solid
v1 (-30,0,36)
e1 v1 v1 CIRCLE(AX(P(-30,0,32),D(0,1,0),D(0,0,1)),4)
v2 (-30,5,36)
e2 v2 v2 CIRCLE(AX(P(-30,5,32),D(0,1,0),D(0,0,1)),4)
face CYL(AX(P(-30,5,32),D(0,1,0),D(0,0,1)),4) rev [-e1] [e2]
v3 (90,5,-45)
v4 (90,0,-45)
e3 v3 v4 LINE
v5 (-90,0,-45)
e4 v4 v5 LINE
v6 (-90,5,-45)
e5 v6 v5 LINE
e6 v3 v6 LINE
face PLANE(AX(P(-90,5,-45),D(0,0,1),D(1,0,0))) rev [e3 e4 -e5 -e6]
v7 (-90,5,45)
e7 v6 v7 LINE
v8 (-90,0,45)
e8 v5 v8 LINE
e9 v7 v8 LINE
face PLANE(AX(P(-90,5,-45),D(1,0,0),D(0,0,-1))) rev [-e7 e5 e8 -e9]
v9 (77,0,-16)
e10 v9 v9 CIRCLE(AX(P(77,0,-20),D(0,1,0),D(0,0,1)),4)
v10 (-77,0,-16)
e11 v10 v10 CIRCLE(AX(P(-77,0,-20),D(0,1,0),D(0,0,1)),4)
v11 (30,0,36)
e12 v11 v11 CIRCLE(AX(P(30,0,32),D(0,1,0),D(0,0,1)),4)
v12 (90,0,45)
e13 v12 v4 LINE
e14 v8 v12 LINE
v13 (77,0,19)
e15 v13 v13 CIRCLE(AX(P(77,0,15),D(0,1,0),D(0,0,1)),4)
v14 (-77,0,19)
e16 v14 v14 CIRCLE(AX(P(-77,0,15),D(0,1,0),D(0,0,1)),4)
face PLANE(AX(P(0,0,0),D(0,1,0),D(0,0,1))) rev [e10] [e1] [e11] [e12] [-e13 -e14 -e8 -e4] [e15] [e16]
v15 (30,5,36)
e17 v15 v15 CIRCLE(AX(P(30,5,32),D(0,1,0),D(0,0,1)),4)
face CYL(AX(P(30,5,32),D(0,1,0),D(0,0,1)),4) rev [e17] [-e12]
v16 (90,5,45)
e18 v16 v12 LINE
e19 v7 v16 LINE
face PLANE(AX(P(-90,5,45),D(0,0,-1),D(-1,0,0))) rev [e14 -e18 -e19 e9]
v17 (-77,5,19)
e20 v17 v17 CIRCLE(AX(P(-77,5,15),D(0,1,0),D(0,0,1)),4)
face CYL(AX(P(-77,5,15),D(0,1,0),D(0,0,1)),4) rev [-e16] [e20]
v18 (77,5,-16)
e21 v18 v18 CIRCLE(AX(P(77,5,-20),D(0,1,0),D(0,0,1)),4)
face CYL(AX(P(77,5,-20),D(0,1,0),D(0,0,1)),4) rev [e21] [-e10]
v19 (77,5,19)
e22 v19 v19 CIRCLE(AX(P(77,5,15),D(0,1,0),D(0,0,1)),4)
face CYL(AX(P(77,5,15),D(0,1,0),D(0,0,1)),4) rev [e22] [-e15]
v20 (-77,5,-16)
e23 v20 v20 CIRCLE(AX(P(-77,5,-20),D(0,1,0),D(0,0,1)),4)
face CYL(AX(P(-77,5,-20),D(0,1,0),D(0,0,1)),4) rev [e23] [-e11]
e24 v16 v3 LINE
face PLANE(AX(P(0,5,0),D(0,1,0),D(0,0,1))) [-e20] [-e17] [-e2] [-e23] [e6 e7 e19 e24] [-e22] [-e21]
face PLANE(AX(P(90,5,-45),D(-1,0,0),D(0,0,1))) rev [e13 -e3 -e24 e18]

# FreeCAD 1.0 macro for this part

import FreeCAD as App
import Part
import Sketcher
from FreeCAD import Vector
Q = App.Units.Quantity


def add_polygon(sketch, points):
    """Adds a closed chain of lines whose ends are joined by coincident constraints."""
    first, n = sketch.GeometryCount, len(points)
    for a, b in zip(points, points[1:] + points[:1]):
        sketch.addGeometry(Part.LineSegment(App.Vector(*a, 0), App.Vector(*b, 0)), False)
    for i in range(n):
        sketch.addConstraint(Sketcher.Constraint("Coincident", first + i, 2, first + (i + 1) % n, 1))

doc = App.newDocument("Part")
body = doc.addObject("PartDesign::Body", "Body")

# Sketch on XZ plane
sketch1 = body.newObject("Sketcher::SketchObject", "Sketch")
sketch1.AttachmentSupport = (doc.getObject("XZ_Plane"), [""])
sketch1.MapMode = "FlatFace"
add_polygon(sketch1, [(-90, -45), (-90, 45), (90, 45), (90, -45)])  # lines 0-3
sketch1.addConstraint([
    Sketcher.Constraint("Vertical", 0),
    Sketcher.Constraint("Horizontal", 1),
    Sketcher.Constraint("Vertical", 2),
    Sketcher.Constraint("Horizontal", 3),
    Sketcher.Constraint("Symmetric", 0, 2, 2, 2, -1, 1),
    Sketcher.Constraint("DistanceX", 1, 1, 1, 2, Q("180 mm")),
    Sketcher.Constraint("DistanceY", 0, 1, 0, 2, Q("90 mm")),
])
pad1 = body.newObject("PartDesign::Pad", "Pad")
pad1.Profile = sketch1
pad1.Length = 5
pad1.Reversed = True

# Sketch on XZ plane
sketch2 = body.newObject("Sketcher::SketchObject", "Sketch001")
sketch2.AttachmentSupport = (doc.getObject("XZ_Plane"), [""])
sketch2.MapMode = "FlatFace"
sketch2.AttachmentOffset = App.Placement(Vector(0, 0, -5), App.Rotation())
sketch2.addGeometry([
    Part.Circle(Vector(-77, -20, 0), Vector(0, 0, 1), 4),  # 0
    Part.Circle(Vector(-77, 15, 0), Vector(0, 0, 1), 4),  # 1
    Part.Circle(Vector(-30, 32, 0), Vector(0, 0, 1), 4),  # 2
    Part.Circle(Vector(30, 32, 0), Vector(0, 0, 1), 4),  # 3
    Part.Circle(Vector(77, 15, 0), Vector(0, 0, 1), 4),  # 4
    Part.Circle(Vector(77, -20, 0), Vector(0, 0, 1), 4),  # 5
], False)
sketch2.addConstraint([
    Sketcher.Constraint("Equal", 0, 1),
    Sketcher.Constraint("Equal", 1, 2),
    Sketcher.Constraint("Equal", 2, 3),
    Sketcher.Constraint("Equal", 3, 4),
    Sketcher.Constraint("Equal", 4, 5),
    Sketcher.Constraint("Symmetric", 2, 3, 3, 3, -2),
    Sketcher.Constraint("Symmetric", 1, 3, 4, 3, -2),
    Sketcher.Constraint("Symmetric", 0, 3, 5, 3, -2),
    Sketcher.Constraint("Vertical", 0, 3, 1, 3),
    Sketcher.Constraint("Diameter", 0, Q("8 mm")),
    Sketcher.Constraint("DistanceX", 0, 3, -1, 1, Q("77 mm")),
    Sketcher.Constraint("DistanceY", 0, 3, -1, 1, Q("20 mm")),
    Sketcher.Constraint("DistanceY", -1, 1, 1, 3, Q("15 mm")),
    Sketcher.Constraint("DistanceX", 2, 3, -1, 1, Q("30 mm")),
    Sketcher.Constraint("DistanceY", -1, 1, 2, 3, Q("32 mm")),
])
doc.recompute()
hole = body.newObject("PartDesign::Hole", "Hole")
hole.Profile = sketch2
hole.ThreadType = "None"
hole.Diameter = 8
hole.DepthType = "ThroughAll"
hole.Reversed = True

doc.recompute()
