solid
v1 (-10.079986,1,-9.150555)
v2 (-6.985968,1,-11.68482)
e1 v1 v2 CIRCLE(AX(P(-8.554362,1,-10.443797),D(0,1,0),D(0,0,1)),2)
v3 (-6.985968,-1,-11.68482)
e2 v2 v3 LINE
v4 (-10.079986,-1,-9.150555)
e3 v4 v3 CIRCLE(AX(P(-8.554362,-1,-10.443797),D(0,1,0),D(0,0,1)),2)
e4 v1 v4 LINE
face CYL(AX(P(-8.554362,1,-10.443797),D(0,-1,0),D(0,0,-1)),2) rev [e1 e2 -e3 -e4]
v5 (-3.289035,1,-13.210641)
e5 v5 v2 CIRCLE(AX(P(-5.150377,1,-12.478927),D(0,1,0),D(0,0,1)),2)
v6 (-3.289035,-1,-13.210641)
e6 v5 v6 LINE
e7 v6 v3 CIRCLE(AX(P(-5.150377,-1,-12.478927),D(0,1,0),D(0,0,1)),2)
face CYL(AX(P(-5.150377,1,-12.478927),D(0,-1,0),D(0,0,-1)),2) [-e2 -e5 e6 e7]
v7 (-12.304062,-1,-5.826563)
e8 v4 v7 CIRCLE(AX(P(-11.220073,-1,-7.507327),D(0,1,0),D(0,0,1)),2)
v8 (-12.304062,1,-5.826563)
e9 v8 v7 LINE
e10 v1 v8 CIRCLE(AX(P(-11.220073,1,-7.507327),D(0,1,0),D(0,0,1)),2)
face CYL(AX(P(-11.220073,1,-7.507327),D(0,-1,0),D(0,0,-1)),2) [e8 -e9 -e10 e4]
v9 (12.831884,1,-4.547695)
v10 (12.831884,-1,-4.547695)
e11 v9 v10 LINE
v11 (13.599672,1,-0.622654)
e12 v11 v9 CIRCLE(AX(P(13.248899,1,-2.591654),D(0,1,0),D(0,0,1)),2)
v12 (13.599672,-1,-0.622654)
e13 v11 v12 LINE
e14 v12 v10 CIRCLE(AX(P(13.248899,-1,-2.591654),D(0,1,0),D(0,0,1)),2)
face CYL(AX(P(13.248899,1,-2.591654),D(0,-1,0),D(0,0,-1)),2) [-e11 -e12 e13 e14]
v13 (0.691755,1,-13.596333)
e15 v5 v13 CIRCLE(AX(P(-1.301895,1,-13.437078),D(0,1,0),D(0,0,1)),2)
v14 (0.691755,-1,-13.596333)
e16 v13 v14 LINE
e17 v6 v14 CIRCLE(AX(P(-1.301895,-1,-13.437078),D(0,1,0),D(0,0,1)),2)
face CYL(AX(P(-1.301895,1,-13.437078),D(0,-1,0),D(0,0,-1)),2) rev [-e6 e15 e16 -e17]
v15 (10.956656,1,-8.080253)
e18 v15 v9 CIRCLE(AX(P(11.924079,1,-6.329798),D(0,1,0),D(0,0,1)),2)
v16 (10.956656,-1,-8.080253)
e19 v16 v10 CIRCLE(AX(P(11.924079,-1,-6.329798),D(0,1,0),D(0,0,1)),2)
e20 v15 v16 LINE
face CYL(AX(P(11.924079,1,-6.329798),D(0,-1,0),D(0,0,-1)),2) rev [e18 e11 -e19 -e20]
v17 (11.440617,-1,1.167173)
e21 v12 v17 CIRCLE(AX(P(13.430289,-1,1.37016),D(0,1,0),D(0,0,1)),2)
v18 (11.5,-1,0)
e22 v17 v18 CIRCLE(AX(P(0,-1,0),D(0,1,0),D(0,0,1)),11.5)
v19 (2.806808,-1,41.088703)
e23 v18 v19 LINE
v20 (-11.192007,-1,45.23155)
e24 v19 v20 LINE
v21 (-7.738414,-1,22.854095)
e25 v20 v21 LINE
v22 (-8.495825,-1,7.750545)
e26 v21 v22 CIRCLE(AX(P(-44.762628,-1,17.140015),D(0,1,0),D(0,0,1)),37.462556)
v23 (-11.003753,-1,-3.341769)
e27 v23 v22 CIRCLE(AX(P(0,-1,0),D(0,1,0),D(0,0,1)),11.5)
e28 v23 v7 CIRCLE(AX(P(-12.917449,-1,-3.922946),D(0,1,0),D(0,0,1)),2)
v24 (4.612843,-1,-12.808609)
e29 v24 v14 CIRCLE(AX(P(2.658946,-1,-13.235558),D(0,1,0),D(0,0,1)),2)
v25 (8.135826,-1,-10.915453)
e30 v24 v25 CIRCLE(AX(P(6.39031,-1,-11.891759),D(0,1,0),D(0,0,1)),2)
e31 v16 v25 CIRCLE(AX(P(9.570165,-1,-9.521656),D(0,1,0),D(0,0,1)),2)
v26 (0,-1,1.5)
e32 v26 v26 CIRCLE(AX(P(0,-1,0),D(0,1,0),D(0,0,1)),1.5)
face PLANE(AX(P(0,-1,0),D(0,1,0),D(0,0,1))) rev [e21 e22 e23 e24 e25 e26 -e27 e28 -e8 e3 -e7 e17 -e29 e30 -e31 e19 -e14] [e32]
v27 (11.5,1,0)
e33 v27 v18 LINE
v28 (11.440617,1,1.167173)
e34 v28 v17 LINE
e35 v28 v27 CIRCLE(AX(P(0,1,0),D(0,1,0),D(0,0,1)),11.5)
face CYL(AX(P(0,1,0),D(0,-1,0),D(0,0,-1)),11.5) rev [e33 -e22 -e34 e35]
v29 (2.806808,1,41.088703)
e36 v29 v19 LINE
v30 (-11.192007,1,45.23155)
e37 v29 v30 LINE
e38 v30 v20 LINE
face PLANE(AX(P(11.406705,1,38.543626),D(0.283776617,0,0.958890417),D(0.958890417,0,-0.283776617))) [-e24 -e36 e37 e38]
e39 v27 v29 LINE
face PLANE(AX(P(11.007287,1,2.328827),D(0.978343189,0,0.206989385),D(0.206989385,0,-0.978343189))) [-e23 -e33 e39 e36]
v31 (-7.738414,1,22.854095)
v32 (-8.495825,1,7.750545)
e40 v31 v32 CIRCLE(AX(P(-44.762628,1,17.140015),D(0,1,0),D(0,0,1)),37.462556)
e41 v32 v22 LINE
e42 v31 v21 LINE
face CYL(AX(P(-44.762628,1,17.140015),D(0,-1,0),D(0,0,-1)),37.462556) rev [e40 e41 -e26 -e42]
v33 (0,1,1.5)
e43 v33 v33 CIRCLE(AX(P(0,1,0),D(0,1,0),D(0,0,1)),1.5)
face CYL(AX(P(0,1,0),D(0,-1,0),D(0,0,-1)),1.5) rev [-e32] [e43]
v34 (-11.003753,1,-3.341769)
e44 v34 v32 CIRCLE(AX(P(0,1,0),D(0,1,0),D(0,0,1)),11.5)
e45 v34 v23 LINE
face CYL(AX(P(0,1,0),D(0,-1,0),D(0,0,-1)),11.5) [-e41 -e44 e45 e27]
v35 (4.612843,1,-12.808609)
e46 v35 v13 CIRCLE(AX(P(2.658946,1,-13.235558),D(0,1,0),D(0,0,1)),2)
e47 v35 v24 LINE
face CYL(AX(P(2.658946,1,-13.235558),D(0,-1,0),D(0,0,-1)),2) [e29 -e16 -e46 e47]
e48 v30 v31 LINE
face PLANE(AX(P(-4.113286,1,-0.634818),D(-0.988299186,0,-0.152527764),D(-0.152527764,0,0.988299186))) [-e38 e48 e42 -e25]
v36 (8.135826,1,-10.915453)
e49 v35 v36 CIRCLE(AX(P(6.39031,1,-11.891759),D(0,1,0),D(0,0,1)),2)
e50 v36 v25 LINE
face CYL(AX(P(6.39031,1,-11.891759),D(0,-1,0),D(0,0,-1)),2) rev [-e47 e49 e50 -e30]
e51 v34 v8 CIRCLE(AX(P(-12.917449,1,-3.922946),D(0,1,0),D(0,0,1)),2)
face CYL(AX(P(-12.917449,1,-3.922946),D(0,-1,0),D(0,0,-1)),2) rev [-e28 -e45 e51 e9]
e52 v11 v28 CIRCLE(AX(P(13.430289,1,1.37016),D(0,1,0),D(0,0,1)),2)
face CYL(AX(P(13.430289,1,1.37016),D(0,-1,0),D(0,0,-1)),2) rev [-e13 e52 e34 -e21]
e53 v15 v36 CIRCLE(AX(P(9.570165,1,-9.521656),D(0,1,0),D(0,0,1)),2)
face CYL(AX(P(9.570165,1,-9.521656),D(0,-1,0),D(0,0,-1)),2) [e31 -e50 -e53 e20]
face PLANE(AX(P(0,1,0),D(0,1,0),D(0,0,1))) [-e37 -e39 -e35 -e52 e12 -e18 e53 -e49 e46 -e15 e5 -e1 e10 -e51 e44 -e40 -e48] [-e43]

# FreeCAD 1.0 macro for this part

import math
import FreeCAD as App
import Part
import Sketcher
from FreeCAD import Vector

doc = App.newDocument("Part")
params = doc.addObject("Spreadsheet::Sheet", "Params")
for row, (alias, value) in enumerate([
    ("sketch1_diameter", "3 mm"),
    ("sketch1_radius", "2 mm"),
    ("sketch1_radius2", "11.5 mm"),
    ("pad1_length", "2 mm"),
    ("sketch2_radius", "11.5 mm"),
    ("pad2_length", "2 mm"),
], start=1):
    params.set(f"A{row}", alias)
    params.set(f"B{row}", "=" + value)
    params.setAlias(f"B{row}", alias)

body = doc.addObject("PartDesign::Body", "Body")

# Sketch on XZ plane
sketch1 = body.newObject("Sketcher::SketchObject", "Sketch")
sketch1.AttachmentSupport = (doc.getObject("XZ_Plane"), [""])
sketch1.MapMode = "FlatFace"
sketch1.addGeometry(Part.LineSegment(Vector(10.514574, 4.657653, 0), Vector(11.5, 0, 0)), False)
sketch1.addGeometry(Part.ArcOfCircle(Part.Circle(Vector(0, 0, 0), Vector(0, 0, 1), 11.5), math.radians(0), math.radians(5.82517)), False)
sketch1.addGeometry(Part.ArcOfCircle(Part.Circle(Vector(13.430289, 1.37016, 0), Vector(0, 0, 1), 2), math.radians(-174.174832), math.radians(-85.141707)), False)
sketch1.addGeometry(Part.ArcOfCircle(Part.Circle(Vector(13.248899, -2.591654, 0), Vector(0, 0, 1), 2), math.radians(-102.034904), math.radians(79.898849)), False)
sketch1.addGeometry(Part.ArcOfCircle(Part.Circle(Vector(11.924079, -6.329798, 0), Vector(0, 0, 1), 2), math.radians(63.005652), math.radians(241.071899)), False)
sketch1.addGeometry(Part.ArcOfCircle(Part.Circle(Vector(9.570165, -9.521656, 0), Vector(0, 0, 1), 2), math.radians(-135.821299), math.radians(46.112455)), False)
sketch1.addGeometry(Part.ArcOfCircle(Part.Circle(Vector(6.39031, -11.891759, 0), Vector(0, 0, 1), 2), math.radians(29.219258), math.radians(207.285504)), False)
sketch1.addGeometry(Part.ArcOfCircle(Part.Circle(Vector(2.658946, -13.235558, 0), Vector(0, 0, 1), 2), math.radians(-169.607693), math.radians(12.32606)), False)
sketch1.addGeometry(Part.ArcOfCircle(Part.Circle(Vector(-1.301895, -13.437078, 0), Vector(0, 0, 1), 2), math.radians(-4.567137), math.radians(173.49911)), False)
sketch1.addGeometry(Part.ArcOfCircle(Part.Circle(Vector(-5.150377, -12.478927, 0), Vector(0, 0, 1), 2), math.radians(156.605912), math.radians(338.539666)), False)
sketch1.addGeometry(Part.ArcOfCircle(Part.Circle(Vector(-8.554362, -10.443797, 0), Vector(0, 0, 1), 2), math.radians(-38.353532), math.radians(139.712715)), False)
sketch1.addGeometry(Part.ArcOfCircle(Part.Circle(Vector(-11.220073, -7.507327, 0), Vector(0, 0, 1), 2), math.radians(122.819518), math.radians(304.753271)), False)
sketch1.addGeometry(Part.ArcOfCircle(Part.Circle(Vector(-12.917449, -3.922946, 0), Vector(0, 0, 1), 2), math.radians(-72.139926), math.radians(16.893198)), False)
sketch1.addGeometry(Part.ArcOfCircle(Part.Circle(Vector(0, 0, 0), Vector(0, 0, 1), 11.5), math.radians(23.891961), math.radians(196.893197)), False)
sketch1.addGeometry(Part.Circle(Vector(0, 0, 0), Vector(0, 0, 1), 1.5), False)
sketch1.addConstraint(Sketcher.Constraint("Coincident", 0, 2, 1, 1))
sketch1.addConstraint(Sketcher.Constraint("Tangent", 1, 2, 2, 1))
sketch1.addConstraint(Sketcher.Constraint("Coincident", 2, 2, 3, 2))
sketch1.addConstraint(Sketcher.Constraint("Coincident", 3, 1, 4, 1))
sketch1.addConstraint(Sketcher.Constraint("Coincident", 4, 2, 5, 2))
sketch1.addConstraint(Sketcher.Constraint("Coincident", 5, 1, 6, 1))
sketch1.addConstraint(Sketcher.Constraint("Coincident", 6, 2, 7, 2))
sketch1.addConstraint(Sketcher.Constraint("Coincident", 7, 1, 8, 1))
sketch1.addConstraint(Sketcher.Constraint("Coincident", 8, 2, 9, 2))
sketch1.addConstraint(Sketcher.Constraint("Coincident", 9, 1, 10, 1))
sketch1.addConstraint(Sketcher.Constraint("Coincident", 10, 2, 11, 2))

_ _ _

● **TASK ITEM**
In the listing above, find the line holding "e42 v31 v21 LINE" and the line holding "e48 v30 v31 LINE", then output those two lines and every line between them exactly.

● **REPLY**
e42 v31 v21 LINE
face CYL(AX(P(-44.762628,1,17.140015),D(0,-1,0),D(0,0,-1)),37.462556) rev [e40 e41 -e26 -e42]
v33 (0,1,1.5)
e43 v33 v33 CIRCLE(AX(P(0,1,0),D(0,1,0),D(0,0,1)),1.5)
face CYL(AX(P(0,1,0),D(0,-1,0),D(0,0,-1)),1.5) rev [-e32] [e43]
v34 (-11.003753,1,-3.341769)
e44 v34 v32 CIRCLE(AX(P(0,1,0),D(0,1,0),D(0,0,1)),11.5)
e45 v34 v23 LINE
face CYL(AX(P(0,1,0),D(0,-1,0),D(0,0,-1)),11.5) [-e41 -e44 e45 e27]
v35 (4.612843,1,-12.808609)
e46 v35 v13 CIRCLE(AX(P(2.658946,1,-13.235558),D(0,1,0),D(0,0,1)),2)
e47 v35 v24 LINE
face CYL(AX(P(2.658946,1,-13.235558),D(0,-1,0),D(0,0,-1)),2) [e29 -e16 -e46 e47]
e48 v30 v31 LINE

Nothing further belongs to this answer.